By default cypress run command executes every found spec serially. Even if you can easily allocate more CI machines to run your end-to-end, each machine runs through the same spec files. You can manually select which tests to execute on different CI machines, but that requires fiddling with the CI scripts and constantly adjusting them: an added or removed spec file breaks the entire setup. I know the pain because I wrote multi-cypress that generates a custom GitLab CI file based on found specs - and it definitely was a pain to worry about in my day to day work.

Starting with Cypress v3.1.0 you can let Cypress select which tests to run on each CI machine - quickly splitting the entire spec list among them. The best thing about this? For most CI providers it will just require adding a single CLI option to the cypress run command! Read the parallelization docs or take a look at code below which works for Circle CI

  # give any name to job
    # use Cypress built Docker image with Node 10 and npm 6
      - image: cypress/base:10
    # tells CircleCI to execute this job on 4 machines simultaneously
    parallelism: 4
      - checkout
      # note: omitting caching for brevity
      # quickly install NPM dependencies
      - npm ci
      # load balance all tests across 4 CI machines
      - $(npm bin)/cypress run --parallel

You can find the full CI file (as well as config files for other providers) in our cypress-example-kitchensink repository. You can see the CI output for example at, here is this job executed on 4 machines.

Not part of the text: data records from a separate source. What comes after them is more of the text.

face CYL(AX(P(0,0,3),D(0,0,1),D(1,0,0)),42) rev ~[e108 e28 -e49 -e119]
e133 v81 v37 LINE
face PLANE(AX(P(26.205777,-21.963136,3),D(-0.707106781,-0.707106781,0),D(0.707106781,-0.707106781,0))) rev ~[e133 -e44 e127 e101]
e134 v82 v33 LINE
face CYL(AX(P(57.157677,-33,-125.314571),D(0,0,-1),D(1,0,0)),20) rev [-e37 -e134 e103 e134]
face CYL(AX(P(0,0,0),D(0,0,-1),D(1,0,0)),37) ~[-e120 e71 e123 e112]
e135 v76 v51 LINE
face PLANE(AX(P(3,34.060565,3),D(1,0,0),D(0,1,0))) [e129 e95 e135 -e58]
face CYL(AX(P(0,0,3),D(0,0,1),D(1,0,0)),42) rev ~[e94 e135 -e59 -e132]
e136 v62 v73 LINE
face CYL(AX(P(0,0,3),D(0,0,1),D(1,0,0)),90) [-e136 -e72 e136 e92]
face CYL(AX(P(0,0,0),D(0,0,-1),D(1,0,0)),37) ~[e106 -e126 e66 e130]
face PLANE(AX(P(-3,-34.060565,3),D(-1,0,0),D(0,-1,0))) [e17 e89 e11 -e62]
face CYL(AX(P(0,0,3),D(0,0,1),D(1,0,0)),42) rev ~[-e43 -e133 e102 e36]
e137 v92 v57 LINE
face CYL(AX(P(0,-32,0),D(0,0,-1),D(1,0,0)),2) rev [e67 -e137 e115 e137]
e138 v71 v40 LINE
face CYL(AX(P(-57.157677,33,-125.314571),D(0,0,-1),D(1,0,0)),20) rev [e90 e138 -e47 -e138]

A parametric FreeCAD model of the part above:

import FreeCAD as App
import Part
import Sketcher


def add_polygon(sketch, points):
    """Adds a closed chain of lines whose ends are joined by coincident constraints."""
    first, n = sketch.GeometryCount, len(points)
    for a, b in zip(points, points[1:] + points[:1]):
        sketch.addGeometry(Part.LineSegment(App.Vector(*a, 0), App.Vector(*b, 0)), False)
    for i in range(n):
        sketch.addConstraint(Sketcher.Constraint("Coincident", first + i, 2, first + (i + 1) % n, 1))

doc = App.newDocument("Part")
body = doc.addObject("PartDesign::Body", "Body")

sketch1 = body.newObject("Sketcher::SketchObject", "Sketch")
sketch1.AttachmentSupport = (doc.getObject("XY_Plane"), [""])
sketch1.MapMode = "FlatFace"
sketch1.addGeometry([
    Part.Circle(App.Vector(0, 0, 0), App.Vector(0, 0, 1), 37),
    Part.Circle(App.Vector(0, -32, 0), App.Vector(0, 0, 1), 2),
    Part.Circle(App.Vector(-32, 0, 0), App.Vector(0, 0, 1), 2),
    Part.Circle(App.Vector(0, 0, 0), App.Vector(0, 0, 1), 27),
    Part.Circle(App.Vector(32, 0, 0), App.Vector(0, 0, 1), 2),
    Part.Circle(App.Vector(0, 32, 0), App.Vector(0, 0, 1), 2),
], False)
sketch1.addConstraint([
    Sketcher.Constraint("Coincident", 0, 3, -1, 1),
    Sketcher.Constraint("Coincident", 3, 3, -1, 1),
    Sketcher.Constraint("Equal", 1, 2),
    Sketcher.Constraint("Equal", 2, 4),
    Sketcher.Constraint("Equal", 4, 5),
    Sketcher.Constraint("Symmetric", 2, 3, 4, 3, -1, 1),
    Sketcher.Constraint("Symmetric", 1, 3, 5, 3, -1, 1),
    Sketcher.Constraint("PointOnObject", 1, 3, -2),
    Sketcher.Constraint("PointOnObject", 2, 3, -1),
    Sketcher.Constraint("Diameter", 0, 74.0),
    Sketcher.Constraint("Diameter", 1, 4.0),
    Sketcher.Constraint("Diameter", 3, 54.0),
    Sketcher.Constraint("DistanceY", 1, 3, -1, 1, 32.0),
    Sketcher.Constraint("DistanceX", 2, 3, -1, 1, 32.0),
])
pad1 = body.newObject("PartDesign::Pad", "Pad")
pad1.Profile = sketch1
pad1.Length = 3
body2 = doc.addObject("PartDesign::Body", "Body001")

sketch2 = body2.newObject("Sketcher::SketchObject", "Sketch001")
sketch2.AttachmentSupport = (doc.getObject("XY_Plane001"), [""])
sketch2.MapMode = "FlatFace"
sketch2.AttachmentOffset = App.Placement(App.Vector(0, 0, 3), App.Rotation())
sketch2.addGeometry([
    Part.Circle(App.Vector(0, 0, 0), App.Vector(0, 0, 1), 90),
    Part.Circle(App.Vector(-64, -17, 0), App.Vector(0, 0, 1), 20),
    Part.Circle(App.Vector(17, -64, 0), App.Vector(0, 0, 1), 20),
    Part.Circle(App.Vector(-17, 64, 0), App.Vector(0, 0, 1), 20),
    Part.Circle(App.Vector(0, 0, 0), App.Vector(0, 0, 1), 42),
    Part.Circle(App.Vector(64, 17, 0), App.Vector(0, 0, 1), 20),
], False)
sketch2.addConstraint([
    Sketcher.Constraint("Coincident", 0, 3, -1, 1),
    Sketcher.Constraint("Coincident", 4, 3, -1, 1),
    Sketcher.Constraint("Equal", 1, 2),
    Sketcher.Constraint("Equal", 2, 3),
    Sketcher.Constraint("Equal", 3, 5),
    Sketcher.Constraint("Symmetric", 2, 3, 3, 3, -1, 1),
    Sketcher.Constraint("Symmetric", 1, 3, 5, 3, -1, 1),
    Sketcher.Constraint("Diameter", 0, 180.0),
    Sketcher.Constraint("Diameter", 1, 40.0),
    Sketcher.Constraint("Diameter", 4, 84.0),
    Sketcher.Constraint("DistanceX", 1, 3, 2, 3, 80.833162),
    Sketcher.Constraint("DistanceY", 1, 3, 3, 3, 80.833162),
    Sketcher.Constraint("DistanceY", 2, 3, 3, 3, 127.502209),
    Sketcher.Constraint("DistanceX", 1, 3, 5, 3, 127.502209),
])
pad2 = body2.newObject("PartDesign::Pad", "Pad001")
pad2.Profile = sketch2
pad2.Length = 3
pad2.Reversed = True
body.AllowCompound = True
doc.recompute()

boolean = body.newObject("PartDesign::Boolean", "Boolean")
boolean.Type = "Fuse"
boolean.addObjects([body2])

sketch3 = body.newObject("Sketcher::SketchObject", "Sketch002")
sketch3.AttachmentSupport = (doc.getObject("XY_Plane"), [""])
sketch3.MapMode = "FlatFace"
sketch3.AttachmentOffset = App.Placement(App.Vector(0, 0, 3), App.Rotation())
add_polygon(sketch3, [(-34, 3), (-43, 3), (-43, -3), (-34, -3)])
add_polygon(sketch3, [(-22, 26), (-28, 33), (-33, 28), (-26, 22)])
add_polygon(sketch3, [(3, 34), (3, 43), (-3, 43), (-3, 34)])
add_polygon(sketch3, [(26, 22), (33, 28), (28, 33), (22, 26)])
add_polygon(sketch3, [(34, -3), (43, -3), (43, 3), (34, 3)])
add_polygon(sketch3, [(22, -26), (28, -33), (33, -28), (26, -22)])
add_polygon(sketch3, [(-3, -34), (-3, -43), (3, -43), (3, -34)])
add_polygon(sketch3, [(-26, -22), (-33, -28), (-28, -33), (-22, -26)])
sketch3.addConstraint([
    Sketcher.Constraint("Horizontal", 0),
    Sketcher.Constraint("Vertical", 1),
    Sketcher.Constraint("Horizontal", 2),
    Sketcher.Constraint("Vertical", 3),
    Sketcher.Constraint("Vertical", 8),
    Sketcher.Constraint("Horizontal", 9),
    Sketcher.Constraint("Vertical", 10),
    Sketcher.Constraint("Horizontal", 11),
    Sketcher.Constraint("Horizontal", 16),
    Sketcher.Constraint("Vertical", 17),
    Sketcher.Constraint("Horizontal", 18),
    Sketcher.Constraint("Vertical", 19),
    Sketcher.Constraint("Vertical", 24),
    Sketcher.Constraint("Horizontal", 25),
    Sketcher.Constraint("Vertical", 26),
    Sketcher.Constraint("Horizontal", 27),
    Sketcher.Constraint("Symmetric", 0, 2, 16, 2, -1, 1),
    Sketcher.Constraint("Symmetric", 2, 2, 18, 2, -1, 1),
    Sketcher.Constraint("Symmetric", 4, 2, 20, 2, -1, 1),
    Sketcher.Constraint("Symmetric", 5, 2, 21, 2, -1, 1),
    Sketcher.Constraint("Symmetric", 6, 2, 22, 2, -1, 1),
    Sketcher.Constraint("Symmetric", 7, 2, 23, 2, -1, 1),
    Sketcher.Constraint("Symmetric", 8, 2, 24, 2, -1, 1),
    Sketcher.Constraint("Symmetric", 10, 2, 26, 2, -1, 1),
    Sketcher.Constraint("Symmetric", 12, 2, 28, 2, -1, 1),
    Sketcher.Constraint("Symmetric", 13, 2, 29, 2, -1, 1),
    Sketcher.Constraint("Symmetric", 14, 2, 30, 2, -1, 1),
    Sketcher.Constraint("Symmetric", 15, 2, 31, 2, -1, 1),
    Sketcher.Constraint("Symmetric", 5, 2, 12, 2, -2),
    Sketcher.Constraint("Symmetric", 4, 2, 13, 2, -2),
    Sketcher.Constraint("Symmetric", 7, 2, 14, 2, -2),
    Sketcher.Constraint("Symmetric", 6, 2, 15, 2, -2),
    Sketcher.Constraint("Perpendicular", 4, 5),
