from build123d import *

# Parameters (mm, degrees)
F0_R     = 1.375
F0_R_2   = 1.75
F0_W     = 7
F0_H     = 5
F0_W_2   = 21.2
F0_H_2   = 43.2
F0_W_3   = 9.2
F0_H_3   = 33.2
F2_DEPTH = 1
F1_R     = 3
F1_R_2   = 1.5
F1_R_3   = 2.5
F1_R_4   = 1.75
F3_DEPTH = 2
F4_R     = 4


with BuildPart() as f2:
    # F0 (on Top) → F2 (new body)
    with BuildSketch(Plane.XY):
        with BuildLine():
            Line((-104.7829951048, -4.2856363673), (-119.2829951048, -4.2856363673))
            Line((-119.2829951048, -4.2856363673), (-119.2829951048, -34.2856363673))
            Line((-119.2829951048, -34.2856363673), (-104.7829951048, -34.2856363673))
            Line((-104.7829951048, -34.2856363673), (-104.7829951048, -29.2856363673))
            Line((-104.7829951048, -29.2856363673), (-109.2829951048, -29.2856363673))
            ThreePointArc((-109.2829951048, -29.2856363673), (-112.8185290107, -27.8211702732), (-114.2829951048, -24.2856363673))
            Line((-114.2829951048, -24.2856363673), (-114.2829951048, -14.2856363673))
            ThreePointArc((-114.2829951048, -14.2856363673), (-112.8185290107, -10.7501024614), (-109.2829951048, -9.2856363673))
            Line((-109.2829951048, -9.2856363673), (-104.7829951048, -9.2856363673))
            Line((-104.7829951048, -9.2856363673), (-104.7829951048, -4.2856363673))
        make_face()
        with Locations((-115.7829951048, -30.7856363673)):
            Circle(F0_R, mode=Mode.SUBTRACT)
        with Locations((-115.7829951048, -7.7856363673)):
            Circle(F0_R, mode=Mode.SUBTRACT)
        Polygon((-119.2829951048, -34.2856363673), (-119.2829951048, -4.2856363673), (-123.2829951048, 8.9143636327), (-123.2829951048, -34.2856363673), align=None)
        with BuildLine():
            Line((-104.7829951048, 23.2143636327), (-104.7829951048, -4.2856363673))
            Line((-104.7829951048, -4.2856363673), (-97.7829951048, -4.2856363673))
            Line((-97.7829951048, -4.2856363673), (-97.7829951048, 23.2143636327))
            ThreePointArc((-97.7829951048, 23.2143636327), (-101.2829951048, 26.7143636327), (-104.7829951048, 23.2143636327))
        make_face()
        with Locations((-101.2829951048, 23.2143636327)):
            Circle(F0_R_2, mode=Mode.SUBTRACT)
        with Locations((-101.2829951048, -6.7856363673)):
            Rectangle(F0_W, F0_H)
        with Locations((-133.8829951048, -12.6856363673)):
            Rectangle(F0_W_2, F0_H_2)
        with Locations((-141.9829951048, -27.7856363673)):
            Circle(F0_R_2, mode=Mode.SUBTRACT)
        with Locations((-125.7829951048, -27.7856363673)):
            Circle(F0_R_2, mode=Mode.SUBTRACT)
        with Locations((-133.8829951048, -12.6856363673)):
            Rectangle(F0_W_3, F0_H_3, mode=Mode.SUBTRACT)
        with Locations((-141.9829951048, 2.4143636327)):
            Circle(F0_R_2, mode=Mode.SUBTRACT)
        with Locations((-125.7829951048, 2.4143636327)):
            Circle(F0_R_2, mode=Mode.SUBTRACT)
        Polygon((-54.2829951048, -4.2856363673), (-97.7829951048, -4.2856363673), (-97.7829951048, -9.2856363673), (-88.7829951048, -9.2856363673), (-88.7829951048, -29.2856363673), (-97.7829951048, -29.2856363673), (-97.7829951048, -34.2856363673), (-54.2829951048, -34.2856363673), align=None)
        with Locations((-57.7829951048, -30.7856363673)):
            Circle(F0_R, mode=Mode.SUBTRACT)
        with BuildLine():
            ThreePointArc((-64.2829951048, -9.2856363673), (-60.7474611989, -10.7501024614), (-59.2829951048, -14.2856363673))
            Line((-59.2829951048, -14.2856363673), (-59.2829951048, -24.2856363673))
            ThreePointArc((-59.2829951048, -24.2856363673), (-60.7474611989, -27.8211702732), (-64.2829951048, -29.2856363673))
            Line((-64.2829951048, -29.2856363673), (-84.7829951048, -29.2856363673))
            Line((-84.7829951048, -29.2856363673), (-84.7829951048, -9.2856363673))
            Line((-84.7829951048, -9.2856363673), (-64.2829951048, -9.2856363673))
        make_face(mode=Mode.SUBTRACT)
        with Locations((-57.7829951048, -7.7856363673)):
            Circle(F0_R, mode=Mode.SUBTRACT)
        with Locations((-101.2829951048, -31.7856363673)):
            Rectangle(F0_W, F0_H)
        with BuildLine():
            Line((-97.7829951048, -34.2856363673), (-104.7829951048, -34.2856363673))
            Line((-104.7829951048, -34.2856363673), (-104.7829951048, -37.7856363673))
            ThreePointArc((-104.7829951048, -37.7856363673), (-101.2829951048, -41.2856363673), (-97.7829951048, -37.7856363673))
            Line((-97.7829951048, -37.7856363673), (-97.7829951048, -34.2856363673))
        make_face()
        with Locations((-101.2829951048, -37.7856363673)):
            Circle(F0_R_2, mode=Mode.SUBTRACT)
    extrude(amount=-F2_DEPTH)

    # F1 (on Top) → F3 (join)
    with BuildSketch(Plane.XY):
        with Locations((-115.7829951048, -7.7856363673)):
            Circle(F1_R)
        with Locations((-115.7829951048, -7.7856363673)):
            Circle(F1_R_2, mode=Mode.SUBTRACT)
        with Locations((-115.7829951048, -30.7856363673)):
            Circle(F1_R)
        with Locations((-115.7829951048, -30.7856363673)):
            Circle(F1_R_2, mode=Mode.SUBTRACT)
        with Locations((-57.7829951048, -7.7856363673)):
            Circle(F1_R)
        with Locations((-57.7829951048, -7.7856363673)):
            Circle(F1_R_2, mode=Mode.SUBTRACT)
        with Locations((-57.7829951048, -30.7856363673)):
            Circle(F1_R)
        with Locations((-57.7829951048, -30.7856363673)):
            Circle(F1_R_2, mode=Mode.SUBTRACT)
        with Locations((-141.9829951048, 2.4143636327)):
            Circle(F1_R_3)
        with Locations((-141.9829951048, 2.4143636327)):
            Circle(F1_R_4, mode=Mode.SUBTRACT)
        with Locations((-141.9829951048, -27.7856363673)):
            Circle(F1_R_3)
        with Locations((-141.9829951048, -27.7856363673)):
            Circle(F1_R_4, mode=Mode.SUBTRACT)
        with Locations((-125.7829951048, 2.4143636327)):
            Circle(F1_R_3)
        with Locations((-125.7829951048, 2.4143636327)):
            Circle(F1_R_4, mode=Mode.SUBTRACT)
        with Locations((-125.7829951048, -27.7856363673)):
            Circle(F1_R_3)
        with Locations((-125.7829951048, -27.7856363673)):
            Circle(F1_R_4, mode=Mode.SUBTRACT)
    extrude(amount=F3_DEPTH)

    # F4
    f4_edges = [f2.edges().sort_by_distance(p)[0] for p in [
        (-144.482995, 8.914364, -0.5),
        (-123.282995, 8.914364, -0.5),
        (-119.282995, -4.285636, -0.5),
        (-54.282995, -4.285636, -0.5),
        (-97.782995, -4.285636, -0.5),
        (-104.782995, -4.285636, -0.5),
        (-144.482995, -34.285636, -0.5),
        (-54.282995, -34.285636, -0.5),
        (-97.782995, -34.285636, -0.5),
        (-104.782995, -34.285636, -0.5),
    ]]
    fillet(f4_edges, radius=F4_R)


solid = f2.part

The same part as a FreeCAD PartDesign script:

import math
import FreeCAD as App
import Part
import Sketcher


def edges_at(feature, points):
    """Names of the edges that pass closest to the given points."""
    edges = feature.Shape.Edges
    near = lambda p: min(range(len(edges)), key=lambda i: edges[i].distToShape(Part.Vertex(*p))[0])
    return sorted({f"Edge{near(p) + 1}" for p in points})


def add_polygon(sketch, points):
    """Adds a closed chain of lines whose ends are joined by coincident constraints."""
    first, n = sketch.GeometryCount, len(points)
    for a, b in zip(points, points[1:] + points[:1]):
        sketch.addGeometry(Part.LineSegment(App.Vector(*a, 0), App.Vector(*b, 0)), False)
    for i in range(n):
        sketch.addConstraint(Sketcher.Constraint("Coincident", first + i, 2, first + (i + 1) % n, 1))

doc = App.newDocument("Part")
body = doc.addObject("PartDesign::Body", "Body")

# Sketch on XY plane
sketch1 = body.newObject("Sketcher::SketchObject", "Sketch")
sketch1.AttachmentSupport = (doc.getObject("XY_Plane"), [""])
sketch1.MapMode = "FlatFace"
sketch1.addGeometry(Part.LineSegment(App.Vector(-104.8, -4.3, 0), App.Vector(-119.3, -4.3, 0)), False)  # 0
sketch1.addGeometry(Part.LineSegment(App.Vector(-119.3, -4.3, 0), App.Vector(-123.3, 8.9, 0)), False)  # 1
sketch1.addGeometry(Part.LineSegment(App.Vector(-123.3, 8.9, 0), App.Vector(-144.5, 8.9, 0)), False)  # 2
sketch1.addGeometry(Part.LineSegment(App.Vector(-144.5, 8.9, 0), App.Vector(-144.5, -34.3, 0)), False)  # 3
sketch1.addGeometry(Part.LineSegment(App.Vector(-144.5, -34.3, 0), App.Vector(-104.8, -34.3, 0)), False)  # 4
sketch1.addGeometry(Part.LineSegment(App.Vector(-104.8, -34.3, 0), App.Vector(-104.8, -37.8, 0)), False)  # 5
sketch1.addGeometry(Part.ArcOfCircle(Part.Circle(App.Vector(-101.3, -37.8, 0), App.Vector(0, 0, 1), 3.5), math.radians(180), math.radians(360)), False)  # 6
sketch1.addGeometry(Part.LineSegment(App.Vector(-97.8, -37.8, 0), App.Vector(-97.8, -34.3, 0)), False)  # 7
sketch1.addGeometry(Part.LineSegment(App.Vector(-97.8, -34.3, 0), App.Vector(-54.3, -34.3, 0)), False)  # 8
sketch1.addGeometry(Part.LineSegment(App.Vector(-54.3, -34.3, 0), App.Vector(-54.3, -4.3, 0)), False)  # 9
sketch1.addGeometry(Part.LineSegment(App.Vector(-54.3, -4.3, 0), App.Vector(-97.8, -4.3, 0)), False)  # 10
sketch1.addGeometry(Part.LineSegment(App.Vector(-97.8, -4.3, 0), App.Vector(-97.8, 23.2, 0)), False)  # 11
sketch1.addGeometry(Part.ArcOfCircle(Part.Circle(App.Vector(-101.3, 23.2, 0), App.Vector(0, 0, 1), 3.5), math.radians(0), math.radians(180)), False)  # 12
sketch1.addGeometry(Part.LineSegment(App.Vector(-104.8, 23.2, 0), App.Vector(-104.8, -4.3, 0)), False)  # 13
sketch1.addGeometry(Part.Circle(App.Vector(-142, -27.8, 0), App.Vector(0, 0, 1), 1.8), False)  # 14
sketch1.addGeometry(Part.Circle(App.Vector(-125.8, -27.8, 0), App.Vector(0, 0, 1), 1.8), False)  # 15
sketch1.addGeometry(Part.Circle(App.Vector(-101.3, -37.8, 0), App.Vector(0, 0, 1), 1.8), False)  # 16
sketch1.addGeometry(Part.Circle(App.Vector(-115.8, -30.8, 0), App.Vector(0, 0, 1), 1.4), False)  # 17
add_polygon(sketch1, [(-129.3, -29.3), (-138.5, -29.3), (-138.5, 3.9), (-129.3, 3.9)])  # lines 18-21
sketch1.addGeometry(Part.ArcOfCircle(Part.Circle(App.Vector(-109.3, -24.3, 0), App.Vector(0, 0, 1), 5), math.radians(180), math.radians(270)), False)  # 22
sketch1.addGeometry(Part.LineSegment(App.Vector(-114.3, -24.3, 0), App.Vector(-114.3, -14.3, 0)), False)  # 23
sketch1.addGeometry(Part.ArcOfCircle(Part.Circle(App.Vector(-109.3, -14.3, 0), App.Vector(0, 0, 1), 5), math.radians(90), math.radians(180)), False)  # 24
sketch1.addGeometry(Part.LineSegment(App.Vector(-109.3, -9.3, 0), App.Vector(-88.8, -9.3, 0)), False)  # 25
sketch1.addGeometry(Part.LineSegment(App.Vector(-88.8, -9.3, 0), App.Vector(-88.8, -29.3, 0)), False)  # 26
sketch1.addGeometry(Part.LineSegment(App.Vector(-88.8, -29.3, 0), App.Vector(-109.3, -29.3, 0)), False)  # 27
sketch1.addGeometry(Part.Circle(App.Vector(-115.8, -7.8, 0), App.Vector(0, 0, 1), 1.4), False)  # 28
sketch1.addGeometry(Part.Circle(App.Vector(-57.8, -30.8, 0), App.Vector(0, 0, 1), 1.4), False)  # 29
sketch1.addGeometry(Part.LineSegment(App.Vector(-84.8, -9.3, 0), App.Vector(-64.3, -9.3, 0)), False)  # 30
sketch1.addGeometry(Part.ArcOfCircle(Part.Circle(App.Vector(-64.3, -14.3, 0), App.Vector(0, 0, 1), 5), math.radians(0), math.radians(90)), False)  # 31
sketch1.addGeometry(Part.LineSegment(App.Vector(-59.3, -14.3, 0), App.Vector(-59.3, -24.3, 0)), False)  # 32
sketch1.addGeometry(Part.ArcOfCircle(Part.Circle(App.Vector(-64.3, -24.3, 0), App.Vector(0, 0, 1), 5), math.radians(-90), math.radians(0)), False)  # 33
sketch1.addGeometry(Part.LineSegment(App.Vector(-64.3, -29.3, 0), App.Vector(-84.8, -29.3, 0)), False)  # 34
sketch1.addGeometry(Part.LineSegment(App.Vector(-84.8, -29.3, 0), App.Vector(-84.8, -9.3, 0)), False)  # 35
sketch1.addGeometry(Part.Circle(App.Vector(-57.8, -7.8, 0), App.Vector(0, 0, 1), 1.4), False)  # 36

If you look at the standard output from any machine, it will look quite different from the output from previous Cypress versions. Here is the start of one machine’s output

> cypress run --record "--parallel" "--group" "4x-electron"


  (Run Starting)

  │ Cypress:    3.1.0                                                                              │
  │ Browser:    Electron 59 (headless)                                                             │
  │ Specs:      19 found (examples/actions.spec.js, examples/aliasing.spec.js, examples/assertion… │
  │ Params:     Group: 4x-electron, Parallel: true                                                 │
  │ Run URL:                           │


  Running: examples/actions.spec.js...                                                    (1 of 19)
  Estimated: 16 seconds

    ✓ .type() - type into a DOM element (4110ms)
    ✓ .focus() - focus on a DOM element (299ms)
    ✓ .blur() - blur off a DOM element (504ms)
    ✓ .clear() - clears an input or textarea element (649ms)
    ✓ .submit() - submit a form (623ms)
    ✓ .click() - click on a DOM element (2258ms)
    ✓ .dblclick() - double click on a DOM element (300ms)
    ✓ .check() - check a checkbox or radio element (1084ms)
    ✓ .uncheck() - uncheck a checkbox element (1031ms)
    ✓ .select() - select an option in a select element (1014ms)
    ✓ .scrollIntoView() - scroll an element into view (295ms)
    ✓ .trigger() - trigger an event on a DOM element (267ms)
    ✓ cy.scrollTo() - scroll the window or element to a position (2233ms)

  13 passing (16s)


  │ Tests:        13                       │
  │ Passing:      13                       │
  │ Failing:      0                        │
  │ Pending:      0                        │
  │ Skipped:      0                        │
  │ Screenshots:  0                        │
  │ Video:        true                     │
  │ Duration:     16 seconds               │
  │ Estimated:    16 seconds               │
  │ Spec Ran:     examples/actions.spec.js │

  ... skip some output ...

  (Run Finished)

      Spec                                                Tests  Passing  Failing  Pending  Skipped
  │ ✔ examples/actions.spec.js                  00:16       13       13        -        -        - │
  │ ✔ examples/utilities.spec.js                00:04        6        6        -        -        - │
  │ ✔ examples/files.spec.js                    00:02        3        3        -        -        - │
  │ ✔ examples/querying.spec.js                 00:02        4        4        -        -        - │
  │ ✔ examples/location.spec.js                 00:02        3        3        -        -        - │
    All specs passed!                           00:28       29       29        -        -        -


  Recorded Run:

Note that this machine found 19 spec files, but executed only 5 specs before the run was completed - the other specs were executed by the other CI machines. Also, note how there was an estimated time duration for each spec - we use previous running times for each spec to order them. By putting longer specs first, we can achieve faster completion times, because a single long spec is less likely to slow down one of the machines while the other machines have already finished shorter specs.

The Dashboard

The automatic load balancing is only possible if there is a central service that can coordinate multiple Cypress test runners. The Cypress Dashboard acts as this coordinator; it has the previous spec file timings so it can tell each machine what to execute next and when the entire run finishes. Each test runner prints the dashboard run url when it starts and finishes. In the above example, I will open to see how the spec files ran.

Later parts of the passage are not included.